The Company is currently performing under the second and third option segments of the contract during which the Company may receive up to a total of $23.9 million and $14.1 million in expense reimbursement and fees, respectively. The second and third option segments are scheduled to end on May 31, 2020. Of the $75.8 million in expense reimbursement and $5.3 million in fees that the Company may receive, approximately $74.3 million in expense reimbursement and fees has been funded. As of June 30, 2019, of the total funding the Company had invoiced an aggregate of $66.3 million with respect to the base performance segment and the first three option segments. For the three months ended June 30, 2019 and 2018, the Company recognized revenue under this contract of $1.4 million and $1.2 million, respectively, and for the six months ended June 30, 2019 and 2018, the Company recognized revenue under this contract of $3.8 million and $2.0 million, respectively.

ContraVir Pharmaceuticals

On December 17, 2014, the Company entered into a license agreement with ContraVir (Nasdaq:CTRV) for the development and commercialization of CMX157 for certain antiviral indications. Under the terms of the agreement, ContraVir has sole responsibility with respect to the control of the development and commercialization of CMX157.

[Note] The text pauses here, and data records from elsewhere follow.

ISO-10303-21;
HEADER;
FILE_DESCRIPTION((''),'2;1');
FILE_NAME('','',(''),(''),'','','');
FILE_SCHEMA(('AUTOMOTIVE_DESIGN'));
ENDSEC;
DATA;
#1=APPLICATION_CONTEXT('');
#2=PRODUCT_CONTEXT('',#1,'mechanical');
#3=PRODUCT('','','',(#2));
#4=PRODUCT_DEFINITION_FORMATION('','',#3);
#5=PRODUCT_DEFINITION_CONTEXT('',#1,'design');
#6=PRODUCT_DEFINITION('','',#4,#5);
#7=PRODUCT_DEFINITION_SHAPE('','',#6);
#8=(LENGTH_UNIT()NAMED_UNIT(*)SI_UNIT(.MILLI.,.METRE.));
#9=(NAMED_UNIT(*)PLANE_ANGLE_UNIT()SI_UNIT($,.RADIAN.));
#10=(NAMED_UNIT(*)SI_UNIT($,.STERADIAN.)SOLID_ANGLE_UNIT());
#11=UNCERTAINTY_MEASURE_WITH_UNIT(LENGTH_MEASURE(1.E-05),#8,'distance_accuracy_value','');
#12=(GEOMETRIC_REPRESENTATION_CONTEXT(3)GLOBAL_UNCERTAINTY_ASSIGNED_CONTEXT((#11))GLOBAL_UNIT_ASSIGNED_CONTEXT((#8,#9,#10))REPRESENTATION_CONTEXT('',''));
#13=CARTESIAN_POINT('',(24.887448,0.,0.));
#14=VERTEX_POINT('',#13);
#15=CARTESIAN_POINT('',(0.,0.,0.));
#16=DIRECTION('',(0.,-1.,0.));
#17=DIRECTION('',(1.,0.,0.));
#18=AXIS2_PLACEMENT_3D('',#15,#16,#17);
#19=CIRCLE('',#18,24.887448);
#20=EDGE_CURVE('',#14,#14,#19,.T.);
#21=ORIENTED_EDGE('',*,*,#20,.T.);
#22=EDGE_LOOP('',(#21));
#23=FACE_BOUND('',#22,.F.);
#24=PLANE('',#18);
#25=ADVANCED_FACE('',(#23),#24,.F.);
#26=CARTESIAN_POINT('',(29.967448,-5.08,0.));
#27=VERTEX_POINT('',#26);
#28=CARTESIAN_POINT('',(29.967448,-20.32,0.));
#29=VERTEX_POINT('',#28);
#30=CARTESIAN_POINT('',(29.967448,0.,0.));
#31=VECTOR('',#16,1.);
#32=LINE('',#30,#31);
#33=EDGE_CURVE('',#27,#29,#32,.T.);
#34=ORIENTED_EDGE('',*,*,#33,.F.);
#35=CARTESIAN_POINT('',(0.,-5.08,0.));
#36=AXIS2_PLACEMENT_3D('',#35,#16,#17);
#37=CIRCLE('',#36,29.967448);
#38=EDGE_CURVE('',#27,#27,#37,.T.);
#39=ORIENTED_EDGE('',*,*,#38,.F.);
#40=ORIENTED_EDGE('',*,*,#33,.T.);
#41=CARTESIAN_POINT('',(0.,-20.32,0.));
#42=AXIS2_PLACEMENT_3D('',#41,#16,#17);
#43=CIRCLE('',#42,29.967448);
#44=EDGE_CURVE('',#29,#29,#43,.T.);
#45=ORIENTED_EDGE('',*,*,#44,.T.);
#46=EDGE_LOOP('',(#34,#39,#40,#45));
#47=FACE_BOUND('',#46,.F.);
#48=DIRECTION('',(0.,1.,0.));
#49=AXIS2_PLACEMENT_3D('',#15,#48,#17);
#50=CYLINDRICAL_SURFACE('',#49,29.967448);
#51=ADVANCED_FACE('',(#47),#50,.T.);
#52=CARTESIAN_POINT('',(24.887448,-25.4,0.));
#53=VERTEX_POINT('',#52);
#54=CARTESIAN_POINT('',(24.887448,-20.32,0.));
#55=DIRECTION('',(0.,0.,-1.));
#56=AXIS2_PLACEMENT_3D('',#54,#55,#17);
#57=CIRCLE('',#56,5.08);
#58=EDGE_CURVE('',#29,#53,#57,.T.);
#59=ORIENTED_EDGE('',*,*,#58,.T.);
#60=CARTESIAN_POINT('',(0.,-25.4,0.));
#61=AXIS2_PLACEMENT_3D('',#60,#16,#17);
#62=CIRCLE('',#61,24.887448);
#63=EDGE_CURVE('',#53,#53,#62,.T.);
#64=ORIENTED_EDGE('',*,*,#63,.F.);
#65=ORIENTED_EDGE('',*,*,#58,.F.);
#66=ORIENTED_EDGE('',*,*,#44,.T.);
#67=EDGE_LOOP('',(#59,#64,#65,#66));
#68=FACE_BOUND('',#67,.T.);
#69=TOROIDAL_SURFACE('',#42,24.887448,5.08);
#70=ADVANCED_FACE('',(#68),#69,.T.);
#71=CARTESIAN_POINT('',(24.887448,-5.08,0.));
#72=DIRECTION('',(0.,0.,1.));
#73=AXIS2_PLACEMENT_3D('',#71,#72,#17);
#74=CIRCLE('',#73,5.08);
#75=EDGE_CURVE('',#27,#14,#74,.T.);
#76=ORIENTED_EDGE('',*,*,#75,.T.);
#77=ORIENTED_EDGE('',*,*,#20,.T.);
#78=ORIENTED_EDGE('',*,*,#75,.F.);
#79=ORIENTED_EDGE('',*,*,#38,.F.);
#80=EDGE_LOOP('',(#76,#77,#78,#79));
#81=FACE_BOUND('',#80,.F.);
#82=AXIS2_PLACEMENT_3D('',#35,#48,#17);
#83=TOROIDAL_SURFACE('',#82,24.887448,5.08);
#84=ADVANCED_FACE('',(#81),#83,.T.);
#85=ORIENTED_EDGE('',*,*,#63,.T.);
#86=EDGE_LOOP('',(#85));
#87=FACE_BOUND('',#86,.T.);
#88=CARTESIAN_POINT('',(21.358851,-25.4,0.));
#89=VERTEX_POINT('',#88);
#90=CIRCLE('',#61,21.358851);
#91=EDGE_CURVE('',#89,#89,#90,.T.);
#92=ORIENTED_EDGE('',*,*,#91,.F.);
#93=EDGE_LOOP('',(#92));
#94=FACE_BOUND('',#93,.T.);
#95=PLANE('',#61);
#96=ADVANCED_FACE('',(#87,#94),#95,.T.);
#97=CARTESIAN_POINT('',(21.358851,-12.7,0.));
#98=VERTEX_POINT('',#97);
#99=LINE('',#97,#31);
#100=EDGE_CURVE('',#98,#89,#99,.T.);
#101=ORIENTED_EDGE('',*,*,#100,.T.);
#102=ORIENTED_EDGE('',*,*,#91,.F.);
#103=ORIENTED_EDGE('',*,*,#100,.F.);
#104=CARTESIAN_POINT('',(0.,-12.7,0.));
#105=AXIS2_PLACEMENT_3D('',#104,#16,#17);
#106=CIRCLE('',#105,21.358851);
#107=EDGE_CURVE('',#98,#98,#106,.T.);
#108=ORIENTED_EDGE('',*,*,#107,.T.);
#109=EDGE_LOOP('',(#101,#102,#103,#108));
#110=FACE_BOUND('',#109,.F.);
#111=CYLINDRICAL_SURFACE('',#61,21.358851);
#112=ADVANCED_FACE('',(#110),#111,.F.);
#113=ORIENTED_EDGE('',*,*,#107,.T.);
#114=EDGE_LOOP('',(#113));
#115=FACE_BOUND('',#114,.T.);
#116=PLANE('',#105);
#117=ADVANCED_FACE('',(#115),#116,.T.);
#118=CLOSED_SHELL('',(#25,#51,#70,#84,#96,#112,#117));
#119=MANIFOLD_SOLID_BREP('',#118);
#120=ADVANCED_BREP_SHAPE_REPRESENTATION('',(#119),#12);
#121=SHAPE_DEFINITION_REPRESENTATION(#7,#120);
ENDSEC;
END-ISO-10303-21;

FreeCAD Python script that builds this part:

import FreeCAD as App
import Part
import Sketcher

V = App.Vector
Q = App.Units.Quantity


def edges_at(feature, points):
    """Names of the edges that pass closest to the given points."""
    edges = feature.Shape.Edges
    near = lambda p: min(range(len(edges)), key=lambda i: edges[i].distToShape(Part.Vertex(*p))[0])
    return sorted({f"Edge{near(p) + 1}" for p in points})

doc = App.newDocument("Part")
body = doc.addObject("PartDesign::Body", "Body")

# Sketch on XZ plane
sketch1 = body.newObject("Sketcher::SketchObject", "Sketch")
sketch1.AttachmentSupport = (doc.getObject("XZ_Plane"), [""])
sketch1.MapMode = "FlatFace"
sketch1.addGeometry(Part.Circle(V(0, 0, 0), V(0, 0, 1), 29.967448), False)
sketch1.addConstraint([
    Sketcher.Constraint("Coincident", 0, 3, -1, 1),
    Sketcher.Constraint("Diameter", 0, Q("59.934896 mm")),
])
pad1 = body.newObject("PartDesign::Pad", "Pad")
pad1.Profile = sketch1
pad1.Length = Q("1 in")
doc.recompute()

fillet = body.newObject("PartDesign::Fillet", "Fillet")
fillet.Base = (pad1, edges_at(pad1, [(-29.967, 0, 0), (-29.967, -25.4, 0)]))
fillet.Radius = Q("0.2 in")

# Sketch on XZ plane
sketch2 = body.newObject("Sketcher::SketchObject", "Sketch001")
sketch2.AttachmentSupport = (doc.getObject("XZ_Plane"), [""])
sketch2.MapMode = "FlatFace"
sketch2.AttachmentOffset = App.Placement(V(0, 0, 1 * 25.4), App.Rotation())
sketch2.addGeometry(Part.Circle(V(0, 0, 0), V(0, 0, 1), 21.358851), False)
sketch2.addConstraint([
    Sketcher.Constraint("Coincident", 0, 3, -1, 1),
    Sketcher.Constraint("Diameter", 0, Q("42.717702 mm")),
])
pocket1 = body.newObject("PartDesign::Pocket", "Pocket")
pocket1.Profile = sketch2
pocket1.Length = Q("1 in")
pocket1.Midplane = True

doc.recompute()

In exchange for the license to CMX157 rights, the Company received an upfront payment consisting of ContraVir Series B Convertible Preferred Stock which the Company converted into shares of ContraVir common stock in 2016. As of June 30, 2019 and December 31, 2018, the fair value of the investment was recorded as a short-term investment of approximately $8,000 and $38,000, respectively.

The license agreement was terminated effective June 1, 2019. In July 2019, ContraVir changed its name to Hepion Pharmaceuticals, Inc.

University of Michigan

In 2006, the Company entered into a license agreement with The Regents of the University of Michigan (UM) under which the Company obtained an exclusive, worldwide license to UM’s patent rights in certain inventions (UM Patent Rights) related to certain compounds originally synthesized at UM. Under the license agreement, the Company is permitted to research, develop, manufacture and commercialize products utilizing the UM Patent Rights, and to sublicense such rights subject to certain sublicensing fees and royalty payments.

In consideration for the rights granted to the Company, under the license agreement as amended in December 2016, the Company paid UM $50,000 in fees in 2016 and in January 2017 issued UM an aggregate of 33,058 shares of its common stock. In connection with the Company's commercialization or sublicensing of certain products covered by the license agreement, including CMX521, the Company could be required to pay royalties on net sales of such products ranging from 0.25% to 2%. Beginning in 2024, the Company is also subject to certain minimum annual royalty payments.

The UM license agreement requires that the Company use commercially reasonable efforts to develop and make commercially available licensed products as soon as practicable. Specifically, the Company has agreed to make the first commercial sale of a licensed product by June of 2026. UM may terminate the license agreement if the Company materially breaches the license agreement. The Company is currently in compliance with its milestone requirements.